Craig and her collaborators are using in silico trials to do so. They generate virtual patients that reflect clinical cohorts, then examine various drug schedules and doses at different times and intervals to identify the best way to use multiple drugs. These actions result in personalized, enhanced clinical trials that ultimately produce optimized treatments that are more effective than standard combination therapy. This leads to the next part of Craig’s project, which involves therapeutic cancer vaccines to strengthen patients’ immune responses. An intramuscular injection primes the immune system to recognize and destroy cancerous tumor cells. Meanwhile, the OV is simultaneously and intravenously delivered to replicate and selectively target, infect, and destroy harmful cells. “Oncolytic viruses can be delivered directly into the tumor and express tumor-specific antigens,” Craig said. This collective treatment results in long-term, immune-mediated destruction of any residual cancer cells.
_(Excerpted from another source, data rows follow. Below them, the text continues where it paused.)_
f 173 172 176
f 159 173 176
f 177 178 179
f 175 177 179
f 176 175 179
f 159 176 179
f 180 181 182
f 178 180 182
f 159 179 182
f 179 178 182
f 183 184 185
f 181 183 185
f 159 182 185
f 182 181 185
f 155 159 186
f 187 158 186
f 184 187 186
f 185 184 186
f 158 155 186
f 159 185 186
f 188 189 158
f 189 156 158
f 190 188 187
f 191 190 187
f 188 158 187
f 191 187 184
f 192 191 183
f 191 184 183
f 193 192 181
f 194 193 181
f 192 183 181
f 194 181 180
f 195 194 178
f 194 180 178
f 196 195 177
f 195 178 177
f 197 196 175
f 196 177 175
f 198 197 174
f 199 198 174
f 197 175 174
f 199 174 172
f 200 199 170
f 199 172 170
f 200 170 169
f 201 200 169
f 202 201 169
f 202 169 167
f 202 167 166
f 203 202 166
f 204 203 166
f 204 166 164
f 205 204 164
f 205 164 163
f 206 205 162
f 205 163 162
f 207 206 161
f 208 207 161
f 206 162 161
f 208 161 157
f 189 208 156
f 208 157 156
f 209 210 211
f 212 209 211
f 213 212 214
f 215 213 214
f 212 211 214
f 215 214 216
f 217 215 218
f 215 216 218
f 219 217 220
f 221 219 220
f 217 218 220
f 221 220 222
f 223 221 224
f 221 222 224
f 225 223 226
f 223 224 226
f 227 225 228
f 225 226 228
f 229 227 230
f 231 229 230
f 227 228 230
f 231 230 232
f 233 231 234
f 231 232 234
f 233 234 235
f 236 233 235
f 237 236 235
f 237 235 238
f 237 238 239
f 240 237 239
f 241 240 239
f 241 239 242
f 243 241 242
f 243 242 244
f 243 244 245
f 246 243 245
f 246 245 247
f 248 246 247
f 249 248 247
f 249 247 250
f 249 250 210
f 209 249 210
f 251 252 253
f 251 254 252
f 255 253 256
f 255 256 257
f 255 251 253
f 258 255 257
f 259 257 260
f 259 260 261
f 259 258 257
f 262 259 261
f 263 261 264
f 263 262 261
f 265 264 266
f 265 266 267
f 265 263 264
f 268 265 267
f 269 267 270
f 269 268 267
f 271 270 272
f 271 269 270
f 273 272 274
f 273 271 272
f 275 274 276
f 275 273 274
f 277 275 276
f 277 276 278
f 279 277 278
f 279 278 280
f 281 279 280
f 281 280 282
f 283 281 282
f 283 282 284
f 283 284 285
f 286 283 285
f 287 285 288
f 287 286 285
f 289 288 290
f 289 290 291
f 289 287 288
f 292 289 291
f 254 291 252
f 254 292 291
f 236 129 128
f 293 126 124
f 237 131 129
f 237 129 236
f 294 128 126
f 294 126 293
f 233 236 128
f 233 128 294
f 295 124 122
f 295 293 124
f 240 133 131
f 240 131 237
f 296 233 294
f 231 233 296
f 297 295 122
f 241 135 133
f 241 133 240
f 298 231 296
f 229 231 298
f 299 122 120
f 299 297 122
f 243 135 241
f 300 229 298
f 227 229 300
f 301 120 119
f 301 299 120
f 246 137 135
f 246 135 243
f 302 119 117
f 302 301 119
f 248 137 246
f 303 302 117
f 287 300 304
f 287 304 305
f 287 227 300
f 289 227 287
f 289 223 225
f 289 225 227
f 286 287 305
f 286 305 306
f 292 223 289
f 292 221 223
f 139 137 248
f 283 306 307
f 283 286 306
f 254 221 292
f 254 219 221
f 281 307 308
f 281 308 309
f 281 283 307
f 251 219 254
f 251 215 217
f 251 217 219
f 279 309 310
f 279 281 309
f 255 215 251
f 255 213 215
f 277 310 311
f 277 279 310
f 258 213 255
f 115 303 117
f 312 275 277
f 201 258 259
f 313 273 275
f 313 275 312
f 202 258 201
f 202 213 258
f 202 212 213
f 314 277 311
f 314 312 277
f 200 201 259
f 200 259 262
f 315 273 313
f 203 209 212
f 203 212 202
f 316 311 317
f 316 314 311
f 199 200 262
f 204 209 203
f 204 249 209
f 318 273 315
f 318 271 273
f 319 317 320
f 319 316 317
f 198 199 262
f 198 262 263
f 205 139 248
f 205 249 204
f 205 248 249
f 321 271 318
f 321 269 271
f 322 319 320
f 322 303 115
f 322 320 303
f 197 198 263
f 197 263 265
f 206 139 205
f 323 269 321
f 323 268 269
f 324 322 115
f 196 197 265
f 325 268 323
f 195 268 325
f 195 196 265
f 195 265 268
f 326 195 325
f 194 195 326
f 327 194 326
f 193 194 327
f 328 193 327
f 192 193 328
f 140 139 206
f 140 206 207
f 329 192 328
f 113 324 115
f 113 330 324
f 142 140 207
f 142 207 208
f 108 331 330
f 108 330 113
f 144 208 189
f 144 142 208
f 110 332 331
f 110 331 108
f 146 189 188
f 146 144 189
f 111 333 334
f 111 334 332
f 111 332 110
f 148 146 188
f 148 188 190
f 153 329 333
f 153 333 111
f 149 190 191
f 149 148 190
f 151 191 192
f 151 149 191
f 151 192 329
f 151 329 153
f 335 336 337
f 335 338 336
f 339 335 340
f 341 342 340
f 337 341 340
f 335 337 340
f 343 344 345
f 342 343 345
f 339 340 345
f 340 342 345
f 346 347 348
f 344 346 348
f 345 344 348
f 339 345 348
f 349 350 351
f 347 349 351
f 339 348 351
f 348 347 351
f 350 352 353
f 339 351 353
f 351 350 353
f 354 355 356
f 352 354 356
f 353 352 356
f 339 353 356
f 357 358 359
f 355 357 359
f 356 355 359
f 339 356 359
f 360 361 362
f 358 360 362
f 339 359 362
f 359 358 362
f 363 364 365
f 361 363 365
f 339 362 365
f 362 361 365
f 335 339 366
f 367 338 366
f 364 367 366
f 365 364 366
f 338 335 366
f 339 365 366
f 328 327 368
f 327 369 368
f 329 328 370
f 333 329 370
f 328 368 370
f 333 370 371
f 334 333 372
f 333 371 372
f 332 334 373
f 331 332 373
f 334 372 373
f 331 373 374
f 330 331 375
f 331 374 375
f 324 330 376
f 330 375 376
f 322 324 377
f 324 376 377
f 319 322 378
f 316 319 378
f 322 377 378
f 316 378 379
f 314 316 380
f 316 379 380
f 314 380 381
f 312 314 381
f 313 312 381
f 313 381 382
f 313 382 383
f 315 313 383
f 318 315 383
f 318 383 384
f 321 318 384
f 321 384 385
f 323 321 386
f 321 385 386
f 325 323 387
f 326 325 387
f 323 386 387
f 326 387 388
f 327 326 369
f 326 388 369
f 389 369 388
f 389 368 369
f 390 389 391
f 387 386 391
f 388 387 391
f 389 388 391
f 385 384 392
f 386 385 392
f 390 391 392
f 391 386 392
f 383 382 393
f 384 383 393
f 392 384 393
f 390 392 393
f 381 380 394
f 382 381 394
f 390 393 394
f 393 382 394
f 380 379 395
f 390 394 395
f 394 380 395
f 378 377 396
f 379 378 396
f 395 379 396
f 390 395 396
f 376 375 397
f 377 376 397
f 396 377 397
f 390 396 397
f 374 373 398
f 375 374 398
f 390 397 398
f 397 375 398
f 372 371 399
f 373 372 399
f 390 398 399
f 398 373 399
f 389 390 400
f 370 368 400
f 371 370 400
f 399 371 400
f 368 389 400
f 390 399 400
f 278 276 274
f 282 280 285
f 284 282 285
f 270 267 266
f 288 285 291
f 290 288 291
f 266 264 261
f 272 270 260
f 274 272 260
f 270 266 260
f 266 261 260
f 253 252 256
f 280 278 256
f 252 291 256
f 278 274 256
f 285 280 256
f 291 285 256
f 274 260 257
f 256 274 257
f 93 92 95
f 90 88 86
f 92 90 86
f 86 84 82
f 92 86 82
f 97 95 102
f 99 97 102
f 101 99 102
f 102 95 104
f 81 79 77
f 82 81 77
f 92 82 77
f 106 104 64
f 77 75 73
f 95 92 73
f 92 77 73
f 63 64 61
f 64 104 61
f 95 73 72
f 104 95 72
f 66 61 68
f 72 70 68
Simultaneous use of intramuscular injections and oncolytic viruses results in long-term, immune-mediated destruction of cancer cells.
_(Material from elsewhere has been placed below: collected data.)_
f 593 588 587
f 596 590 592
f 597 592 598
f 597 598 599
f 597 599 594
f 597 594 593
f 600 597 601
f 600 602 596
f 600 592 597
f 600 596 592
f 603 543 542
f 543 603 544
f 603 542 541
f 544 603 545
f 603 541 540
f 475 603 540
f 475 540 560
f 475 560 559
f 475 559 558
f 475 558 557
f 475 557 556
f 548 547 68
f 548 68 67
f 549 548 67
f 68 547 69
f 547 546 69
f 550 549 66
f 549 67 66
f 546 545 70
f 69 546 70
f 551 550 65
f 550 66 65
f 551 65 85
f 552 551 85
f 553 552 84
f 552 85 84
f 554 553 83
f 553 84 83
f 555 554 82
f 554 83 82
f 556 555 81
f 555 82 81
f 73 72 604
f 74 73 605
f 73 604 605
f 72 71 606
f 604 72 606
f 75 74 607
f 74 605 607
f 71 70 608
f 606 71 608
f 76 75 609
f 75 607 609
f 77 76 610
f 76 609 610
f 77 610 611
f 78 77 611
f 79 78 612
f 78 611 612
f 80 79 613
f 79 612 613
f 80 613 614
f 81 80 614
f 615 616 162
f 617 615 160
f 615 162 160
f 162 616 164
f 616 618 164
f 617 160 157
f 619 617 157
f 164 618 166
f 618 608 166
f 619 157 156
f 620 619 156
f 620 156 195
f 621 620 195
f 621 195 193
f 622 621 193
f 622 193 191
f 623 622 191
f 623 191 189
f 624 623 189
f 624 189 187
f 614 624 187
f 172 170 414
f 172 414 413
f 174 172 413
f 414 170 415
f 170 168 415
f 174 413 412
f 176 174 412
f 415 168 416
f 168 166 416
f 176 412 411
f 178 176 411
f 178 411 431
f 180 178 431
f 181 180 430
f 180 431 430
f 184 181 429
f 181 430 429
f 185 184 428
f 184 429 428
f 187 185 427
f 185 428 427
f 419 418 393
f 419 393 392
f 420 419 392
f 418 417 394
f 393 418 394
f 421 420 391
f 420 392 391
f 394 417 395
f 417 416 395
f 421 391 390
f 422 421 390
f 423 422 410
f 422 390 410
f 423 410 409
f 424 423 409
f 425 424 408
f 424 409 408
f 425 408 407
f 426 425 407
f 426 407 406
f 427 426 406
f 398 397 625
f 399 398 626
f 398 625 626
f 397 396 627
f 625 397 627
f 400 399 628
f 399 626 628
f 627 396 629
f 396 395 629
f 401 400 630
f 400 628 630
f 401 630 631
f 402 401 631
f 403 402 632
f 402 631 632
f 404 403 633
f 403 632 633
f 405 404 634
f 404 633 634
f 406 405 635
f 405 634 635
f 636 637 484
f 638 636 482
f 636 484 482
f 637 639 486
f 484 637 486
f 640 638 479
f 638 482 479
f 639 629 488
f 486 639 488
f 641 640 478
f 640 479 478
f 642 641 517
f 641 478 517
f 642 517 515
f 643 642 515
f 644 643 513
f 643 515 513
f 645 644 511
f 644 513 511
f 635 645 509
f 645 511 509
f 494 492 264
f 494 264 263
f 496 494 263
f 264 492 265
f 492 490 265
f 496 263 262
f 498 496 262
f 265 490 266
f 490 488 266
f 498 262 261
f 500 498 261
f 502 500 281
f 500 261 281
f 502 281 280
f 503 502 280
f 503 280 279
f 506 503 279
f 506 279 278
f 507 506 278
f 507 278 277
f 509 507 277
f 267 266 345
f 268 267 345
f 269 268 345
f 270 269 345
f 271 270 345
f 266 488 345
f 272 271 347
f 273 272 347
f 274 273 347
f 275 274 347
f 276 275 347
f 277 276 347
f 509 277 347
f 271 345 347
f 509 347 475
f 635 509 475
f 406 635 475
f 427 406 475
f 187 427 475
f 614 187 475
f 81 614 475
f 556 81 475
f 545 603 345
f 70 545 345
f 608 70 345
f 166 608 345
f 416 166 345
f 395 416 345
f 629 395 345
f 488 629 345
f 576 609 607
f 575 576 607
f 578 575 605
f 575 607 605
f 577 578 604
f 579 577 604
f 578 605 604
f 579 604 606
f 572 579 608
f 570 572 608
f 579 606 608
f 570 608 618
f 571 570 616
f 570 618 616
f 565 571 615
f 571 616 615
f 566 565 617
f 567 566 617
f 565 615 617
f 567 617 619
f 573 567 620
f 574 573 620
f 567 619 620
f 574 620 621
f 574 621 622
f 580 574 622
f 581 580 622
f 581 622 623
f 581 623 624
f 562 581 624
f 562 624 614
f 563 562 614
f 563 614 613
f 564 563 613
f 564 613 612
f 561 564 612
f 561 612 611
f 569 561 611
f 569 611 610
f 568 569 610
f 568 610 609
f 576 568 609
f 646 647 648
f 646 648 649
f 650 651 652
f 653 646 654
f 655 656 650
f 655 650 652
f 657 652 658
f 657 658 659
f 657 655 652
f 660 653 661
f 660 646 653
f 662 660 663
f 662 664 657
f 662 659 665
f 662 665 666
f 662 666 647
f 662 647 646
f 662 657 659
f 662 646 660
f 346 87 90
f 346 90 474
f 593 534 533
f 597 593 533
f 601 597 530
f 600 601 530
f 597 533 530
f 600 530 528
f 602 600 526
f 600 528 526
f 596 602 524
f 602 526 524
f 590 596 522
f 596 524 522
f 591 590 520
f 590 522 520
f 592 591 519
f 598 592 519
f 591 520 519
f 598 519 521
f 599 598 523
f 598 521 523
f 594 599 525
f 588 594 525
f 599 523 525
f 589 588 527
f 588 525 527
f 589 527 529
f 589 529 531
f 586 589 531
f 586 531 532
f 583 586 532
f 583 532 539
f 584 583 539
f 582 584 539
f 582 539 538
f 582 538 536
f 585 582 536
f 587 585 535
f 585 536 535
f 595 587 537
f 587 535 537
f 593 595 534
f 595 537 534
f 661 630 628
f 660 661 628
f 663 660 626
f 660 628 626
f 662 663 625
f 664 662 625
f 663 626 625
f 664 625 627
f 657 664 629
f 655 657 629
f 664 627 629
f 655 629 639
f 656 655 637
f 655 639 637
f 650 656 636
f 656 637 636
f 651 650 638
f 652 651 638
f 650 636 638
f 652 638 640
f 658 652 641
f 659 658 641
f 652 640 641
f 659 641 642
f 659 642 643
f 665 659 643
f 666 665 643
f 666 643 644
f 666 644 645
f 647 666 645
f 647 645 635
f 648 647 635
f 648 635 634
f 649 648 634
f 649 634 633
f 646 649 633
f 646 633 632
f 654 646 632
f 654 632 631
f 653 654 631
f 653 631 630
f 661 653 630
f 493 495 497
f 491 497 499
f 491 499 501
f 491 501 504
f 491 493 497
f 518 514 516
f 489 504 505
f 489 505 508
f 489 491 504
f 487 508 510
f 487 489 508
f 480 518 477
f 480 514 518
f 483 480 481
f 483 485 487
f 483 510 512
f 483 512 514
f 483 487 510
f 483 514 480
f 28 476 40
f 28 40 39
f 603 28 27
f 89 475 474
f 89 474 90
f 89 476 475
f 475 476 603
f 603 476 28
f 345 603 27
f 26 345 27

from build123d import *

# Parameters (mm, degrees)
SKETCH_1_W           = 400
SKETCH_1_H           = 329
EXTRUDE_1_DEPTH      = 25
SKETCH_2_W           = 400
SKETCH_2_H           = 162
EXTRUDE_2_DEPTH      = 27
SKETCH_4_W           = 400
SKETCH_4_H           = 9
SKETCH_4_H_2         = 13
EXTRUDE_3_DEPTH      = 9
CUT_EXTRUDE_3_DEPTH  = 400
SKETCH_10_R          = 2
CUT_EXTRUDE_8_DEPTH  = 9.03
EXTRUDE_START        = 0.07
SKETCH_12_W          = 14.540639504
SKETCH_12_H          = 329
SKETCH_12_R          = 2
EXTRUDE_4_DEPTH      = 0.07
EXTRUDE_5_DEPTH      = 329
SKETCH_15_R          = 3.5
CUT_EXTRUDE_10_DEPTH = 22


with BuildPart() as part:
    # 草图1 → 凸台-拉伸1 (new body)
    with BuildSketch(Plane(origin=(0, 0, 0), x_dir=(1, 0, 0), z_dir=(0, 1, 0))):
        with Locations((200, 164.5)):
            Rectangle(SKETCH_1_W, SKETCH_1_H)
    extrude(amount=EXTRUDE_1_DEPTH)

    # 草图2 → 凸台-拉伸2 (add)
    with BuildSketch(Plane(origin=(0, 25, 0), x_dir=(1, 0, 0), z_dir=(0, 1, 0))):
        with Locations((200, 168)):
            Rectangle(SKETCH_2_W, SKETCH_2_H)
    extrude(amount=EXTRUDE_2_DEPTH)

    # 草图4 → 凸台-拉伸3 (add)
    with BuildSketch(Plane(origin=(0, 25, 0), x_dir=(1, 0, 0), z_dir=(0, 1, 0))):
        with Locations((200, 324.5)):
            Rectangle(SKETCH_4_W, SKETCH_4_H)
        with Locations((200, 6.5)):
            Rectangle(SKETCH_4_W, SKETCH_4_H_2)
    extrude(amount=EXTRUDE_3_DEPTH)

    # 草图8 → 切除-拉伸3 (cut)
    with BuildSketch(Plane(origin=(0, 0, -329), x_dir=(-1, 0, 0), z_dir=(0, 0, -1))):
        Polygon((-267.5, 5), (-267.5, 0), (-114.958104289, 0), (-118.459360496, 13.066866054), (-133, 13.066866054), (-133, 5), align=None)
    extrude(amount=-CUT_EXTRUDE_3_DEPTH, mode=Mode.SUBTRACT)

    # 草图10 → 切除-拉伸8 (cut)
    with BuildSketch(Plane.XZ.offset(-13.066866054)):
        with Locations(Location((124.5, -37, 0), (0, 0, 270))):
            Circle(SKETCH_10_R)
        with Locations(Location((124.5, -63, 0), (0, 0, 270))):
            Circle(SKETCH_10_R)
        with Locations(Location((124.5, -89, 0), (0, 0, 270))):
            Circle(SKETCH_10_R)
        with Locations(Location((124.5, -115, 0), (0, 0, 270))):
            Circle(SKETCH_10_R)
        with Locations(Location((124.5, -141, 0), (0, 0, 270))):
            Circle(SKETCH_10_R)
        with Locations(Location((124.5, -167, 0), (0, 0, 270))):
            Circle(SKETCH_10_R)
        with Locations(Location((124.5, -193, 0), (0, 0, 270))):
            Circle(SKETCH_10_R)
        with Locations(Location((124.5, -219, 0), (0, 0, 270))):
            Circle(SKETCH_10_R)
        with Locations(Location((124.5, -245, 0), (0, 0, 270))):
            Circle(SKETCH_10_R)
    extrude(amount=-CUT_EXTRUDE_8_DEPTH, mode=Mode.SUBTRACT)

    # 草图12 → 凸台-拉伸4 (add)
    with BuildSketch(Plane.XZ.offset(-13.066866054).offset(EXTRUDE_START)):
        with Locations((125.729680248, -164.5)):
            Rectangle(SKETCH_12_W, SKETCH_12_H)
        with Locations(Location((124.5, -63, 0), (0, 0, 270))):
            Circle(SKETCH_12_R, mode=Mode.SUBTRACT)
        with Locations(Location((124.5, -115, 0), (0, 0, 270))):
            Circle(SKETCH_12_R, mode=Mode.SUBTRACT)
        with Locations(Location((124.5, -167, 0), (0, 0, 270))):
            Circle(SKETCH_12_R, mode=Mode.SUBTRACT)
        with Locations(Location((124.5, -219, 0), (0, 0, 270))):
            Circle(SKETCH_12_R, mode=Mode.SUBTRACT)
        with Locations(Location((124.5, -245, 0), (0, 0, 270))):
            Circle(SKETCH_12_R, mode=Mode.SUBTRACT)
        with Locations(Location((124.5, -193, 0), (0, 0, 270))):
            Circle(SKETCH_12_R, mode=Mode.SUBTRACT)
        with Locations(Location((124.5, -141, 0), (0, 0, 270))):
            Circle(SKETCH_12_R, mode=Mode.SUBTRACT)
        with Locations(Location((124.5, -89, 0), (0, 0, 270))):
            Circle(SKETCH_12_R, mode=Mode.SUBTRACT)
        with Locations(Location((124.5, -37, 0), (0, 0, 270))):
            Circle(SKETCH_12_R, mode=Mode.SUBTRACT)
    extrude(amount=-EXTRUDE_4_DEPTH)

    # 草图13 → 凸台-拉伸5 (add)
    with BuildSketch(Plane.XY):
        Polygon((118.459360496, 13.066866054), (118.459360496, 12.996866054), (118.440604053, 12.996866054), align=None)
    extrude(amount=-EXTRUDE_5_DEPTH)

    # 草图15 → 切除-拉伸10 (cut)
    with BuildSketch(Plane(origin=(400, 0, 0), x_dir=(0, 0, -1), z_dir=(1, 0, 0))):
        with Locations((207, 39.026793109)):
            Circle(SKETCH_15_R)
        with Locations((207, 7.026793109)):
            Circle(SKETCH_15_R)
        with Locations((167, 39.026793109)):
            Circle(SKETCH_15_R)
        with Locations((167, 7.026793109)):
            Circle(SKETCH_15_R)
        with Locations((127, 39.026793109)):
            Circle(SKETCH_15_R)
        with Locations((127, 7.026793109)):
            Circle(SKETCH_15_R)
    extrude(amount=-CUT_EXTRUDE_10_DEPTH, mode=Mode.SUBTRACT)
Craig then launched into work based on a previous model to understand the process of effectively combining diverse viral strains, given that different viruses elicit different immune responses. She focused on vesicular stomatitis virus (VSV) and vaccinia virus (VV); the former is a genetically simple RNA virus that rapidly replicates in tumors, while the latter allows the virus to establish local pockets of infection. Craig’s team augmented their original model to include different viral strains while maintaining the same in silico clinical trial strategy. The group established parameters based on the results, sampled from the parameter distribution, simulated the model, calculated the residuals, and accepted virtual patients based on physiological parameters. Because they did not want to include individuals who were not realistic based on cancer progression, they simulated each individual’s distinct evolution. They also inferred clinically-actionable schedules and identified strategies to stratify patients based on characteristics that determine their success.
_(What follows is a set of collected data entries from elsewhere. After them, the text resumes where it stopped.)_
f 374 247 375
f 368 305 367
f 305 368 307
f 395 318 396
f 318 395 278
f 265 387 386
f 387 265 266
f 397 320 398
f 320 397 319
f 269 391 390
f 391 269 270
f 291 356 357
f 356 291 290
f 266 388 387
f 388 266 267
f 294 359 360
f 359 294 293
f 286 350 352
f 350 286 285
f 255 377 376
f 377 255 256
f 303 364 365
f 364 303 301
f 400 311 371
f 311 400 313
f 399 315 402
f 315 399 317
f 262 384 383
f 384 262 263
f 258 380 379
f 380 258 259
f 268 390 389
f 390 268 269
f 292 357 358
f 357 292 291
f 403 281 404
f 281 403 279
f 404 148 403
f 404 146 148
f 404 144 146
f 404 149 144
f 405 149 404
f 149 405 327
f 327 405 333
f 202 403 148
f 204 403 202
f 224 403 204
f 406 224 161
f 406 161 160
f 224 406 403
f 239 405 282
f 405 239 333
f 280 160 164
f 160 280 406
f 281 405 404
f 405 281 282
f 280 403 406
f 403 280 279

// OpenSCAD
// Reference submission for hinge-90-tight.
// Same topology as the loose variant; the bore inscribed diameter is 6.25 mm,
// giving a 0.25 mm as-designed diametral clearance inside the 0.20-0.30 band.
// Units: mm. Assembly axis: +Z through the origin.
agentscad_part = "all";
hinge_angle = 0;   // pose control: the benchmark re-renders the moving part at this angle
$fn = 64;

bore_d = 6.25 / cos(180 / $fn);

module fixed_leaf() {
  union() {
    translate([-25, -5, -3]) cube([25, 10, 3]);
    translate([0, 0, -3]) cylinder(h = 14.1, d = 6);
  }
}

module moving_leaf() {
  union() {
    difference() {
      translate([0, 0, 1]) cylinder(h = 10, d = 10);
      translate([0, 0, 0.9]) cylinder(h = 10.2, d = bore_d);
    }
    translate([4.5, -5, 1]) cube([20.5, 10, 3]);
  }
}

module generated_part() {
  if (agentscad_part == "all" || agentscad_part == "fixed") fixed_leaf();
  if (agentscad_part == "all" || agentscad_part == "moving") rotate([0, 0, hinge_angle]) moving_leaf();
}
Next, Craig worked to optimize the enhancer multiplicity. “How many injections of a primer or enhancer are necessary if we fix the injection of the virus as seven days?” she asked. She chose this seven-day lag based on her experimental work with VV and VSV. Because the cohorts are heterogeneous, there is a heterogeneous response. Craig found that one enhancer was sufficient for the vast majority of cohorts. She also attempted to optimize the “booster” lag — the delay in VSV administration. Her slow growth protocol involved seven enhancers with a 15-day lag and the fast growth protocol involved one enhancer with a one-day lag.

To confirm her results, Craig generated two new cohorts of individuals: those with the top 10 percent of tumor growth and those with the bottom 10 percent of tumor growth. She retested the fast growth protocol for the top 10 percent and slow growth protocol for the bottom 10 percent, then reversed the procedures (i.e., tested for aggressively growing tumors in the slow growth protocol and vice versa). Slow-growing tumors do fine on a regiment of seven primers but suffer under an aggressive growth protocol. Thus, tumor aggressivity is a significant determinant for optimal protocols and serves as the primary driver of enhancer multiplicity and booster lag. 

Craig proves that researchers can use intrinsic tumor growth rate to stratify patients into appropriate protocols. The in silico trial platform recapitulates population heterogeneity. Ultimately, Craig’s comprehensive modeling approach offers hope for the future design and clinical use of therapeutic cancer vaccines that utilize OVs.